I agree that if the agent was trained via REINFORCE and finds itself in state s′ that it might not know to take action a′ (because it’s only been reinforced to take action a from state s, and not to reach state s∗; and also because it might not know that a′ would transition it to state s∗).
But this also seems true if the agent were trained via Q-learning with a Q-function Q(s,a): the Q-function need not have learned that Q(s′,a′) is large, only that Q(s,a) is large.
In either the REINFORCE or the Q-learning case, once the agent sees a trajectory (s′,a′,s∗), it will make an update towards taking action a′ from state s′, but the size of the update seems to depend on details about the network implementing the policy or Q-function—if there’s some obvious reason that the Q-learner will necessarily make a larger update, I’ve missed it.

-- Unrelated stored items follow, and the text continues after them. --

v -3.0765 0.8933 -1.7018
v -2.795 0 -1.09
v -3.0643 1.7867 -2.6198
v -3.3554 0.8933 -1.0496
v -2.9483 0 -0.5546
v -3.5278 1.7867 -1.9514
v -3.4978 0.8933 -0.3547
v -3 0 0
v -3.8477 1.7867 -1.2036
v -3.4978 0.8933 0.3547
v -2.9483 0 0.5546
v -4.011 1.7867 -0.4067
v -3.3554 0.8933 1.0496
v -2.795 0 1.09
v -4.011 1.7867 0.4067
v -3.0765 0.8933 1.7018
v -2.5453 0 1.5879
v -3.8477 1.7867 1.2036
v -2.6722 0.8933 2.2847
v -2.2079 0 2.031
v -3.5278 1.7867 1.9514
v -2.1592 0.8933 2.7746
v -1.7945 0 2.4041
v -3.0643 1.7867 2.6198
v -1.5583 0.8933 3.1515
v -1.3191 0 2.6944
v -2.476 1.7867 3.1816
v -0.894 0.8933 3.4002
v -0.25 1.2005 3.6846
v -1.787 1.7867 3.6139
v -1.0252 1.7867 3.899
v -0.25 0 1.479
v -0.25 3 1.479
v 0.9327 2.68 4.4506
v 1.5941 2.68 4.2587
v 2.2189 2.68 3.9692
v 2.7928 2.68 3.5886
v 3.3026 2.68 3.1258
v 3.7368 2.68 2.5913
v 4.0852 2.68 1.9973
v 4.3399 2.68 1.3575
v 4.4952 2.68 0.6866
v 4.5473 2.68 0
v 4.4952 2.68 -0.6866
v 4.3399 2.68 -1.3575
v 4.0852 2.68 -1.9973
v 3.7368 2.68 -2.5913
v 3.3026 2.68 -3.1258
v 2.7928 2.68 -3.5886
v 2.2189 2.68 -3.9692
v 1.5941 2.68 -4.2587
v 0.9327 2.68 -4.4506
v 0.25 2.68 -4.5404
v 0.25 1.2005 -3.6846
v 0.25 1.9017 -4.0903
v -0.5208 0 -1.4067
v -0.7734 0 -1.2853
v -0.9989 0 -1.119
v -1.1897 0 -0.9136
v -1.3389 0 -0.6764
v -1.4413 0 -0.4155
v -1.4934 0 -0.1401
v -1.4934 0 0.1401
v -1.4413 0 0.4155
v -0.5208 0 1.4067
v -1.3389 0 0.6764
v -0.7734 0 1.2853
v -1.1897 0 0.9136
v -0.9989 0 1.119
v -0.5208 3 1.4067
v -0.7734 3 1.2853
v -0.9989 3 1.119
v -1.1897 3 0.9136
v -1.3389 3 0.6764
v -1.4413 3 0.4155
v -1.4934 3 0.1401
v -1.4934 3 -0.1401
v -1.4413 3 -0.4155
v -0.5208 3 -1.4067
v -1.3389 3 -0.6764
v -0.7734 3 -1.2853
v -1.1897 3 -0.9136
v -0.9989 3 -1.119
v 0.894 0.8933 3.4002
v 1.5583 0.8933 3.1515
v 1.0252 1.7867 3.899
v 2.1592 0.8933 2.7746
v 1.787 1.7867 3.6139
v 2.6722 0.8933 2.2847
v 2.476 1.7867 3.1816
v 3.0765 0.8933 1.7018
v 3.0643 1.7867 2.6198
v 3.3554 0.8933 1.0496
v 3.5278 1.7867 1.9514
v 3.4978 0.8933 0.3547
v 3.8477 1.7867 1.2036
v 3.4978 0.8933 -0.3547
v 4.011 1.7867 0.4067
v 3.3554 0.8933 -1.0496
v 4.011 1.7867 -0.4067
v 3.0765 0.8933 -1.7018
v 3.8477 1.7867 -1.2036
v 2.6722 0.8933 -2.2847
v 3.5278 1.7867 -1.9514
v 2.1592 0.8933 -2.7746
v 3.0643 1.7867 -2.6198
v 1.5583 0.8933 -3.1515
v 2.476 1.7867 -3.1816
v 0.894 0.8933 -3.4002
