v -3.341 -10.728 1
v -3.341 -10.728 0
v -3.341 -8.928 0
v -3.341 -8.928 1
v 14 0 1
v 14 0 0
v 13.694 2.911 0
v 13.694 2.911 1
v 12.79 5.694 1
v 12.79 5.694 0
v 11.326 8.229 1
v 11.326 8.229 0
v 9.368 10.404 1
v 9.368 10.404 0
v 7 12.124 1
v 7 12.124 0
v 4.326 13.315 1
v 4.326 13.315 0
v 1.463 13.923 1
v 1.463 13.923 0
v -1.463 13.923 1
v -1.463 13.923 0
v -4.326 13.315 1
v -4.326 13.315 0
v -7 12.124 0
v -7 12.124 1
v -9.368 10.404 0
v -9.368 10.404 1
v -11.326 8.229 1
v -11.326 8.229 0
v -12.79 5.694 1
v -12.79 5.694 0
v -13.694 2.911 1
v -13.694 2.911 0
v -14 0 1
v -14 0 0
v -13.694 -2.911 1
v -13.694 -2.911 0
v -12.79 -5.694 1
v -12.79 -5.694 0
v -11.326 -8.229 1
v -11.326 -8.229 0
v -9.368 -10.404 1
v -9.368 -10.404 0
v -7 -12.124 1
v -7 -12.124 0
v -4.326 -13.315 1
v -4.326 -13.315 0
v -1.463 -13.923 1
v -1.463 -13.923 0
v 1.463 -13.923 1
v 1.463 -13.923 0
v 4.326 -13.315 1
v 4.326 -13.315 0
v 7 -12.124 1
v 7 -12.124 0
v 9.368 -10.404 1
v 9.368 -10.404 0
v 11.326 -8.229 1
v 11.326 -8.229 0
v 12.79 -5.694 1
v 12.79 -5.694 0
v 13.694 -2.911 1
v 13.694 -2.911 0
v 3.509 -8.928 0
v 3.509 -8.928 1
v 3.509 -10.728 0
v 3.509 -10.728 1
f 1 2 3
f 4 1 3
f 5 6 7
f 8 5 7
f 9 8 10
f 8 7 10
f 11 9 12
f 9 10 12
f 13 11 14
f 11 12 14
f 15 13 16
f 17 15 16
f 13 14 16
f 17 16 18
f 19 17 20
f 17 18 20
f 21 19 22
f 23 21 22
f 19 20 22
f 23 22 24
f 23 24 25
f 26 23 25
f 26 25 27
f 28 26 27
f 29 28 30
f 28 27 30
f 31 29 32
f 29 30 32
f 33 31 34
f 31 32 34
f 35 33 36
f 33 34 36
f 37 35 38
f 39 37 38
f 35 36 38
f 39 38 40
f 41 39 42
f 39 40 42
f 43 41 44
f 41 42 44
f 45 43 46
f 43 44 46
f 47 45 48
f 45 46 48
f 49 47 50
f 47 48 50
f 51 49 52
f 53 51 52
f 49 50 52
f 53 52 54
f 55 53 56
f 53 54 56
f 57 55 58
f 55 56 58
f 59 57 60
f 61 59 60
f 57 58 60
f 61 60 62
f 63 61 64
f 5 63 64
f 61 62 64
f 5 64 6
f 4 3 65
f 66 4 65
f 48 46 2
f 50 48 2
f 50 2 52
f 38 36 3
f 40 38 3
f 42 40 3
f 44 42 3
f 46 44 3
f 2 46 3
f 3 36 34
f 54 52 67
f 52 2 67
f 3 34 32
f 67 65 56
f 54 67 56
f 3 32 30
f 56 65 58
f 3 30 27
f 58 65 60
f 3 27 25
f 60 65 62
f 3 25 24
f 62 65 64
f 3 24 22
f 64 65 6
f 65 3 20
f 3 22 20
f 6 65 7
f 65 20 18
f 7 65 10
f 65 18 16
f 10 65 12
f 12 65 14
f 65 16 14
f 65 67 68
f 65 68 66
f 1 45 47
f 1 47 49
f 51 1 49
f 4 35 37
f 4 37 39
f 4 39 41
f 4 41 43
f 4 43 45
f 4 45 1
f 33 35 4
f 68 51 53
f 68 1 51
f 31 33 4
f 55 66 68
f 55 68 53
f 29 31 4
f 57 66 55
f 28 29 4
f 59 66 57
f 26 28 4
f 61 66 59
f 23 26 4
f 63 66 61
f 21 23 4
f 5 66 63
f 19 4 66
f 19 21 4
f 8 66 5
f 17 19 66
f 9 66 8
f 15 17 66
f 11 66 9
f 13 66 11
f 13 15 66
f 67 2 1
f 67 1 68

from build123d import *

# Parameters (mm, degrees)
SKETCH1_R           = 14
SKETCH1_W           = 6.85
SKETCH1_H           = 1.8
BOSS_EXTRUDE4_DEPTH = 1


with BuildPart() as part:
    # Sketch1 → Boss-Extrude4 (new body)
    with BuildSketch(Plane.XY):
        Circle(SKETCH1_R)
        with Locations((0.084285819, -9.827892173)):
            Rectangle(SKETCH1_W, SKETCH1_H, mode=Mode.SUBTRACT)
    extrude(amount=BOSS_EXTRUDE4_DEPTH)


solid = part.part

I think the above also applies in the case of actor-critic methods where the critic is implemented by a Q-function. And I think it still applies even if the critic is a value function V(s), but I’m less confident: the critic has the assumption baked in that rewards come only from states, but the actor still doesn’t, so this might have similar dynamics to REINFORCE. (And if it ends up that this does do better, it’s only by baking in an assumption about the environment—that rewards come from the states and not the specific trajectories—which isn’t true in all environments.)
So I don’t follow why Q-learning and actor-critic methods on one hand, and REINFORCE and FeedME on the other hand, lie on opposite sides of the “learn to navigate to high-reward states in a trajectory-independent way” spectrum.
(I enjoyed thinking through the details here, by the way, so thanks for prompting that.)
I think your example is too simple to capture the relevant phenomenon. Here’s one which does: suppose state s3 gives high reward, state s4 gives medium reward, and state s5 gives low reward. You’ve seen the following trajectories:
s2 → s3
s1 → s4
s1 → s2 → s5
Then q-learning will learn quickly that it should go s1 → s2 → s3, whereas REINFORCE and SFT will need to do further exploration before learning that.
I feel uncertain about how to think about the implications of this claim in the context of more complex environments, though. In some sense it only happens because q-learning is doing a one-step lookahead, which isn’t really scalable. (That also isn’t true of all critics.)
It feels like I might have just come up with a new name for “RL algorithms which work on offline data”, which is presumably not a crucial distinction.
Ah, nice example! I now see your point, and I agree with everything you wrote. Whereas REINFORCE and SFT only incentivize actions which in fact were historically part of high-reward trajectories, Q-learning and actor-critic incentivize actions which comprise trajectories that one can infer would be high-reward (even if those actions never actually appeared in high-reward trajectories previously).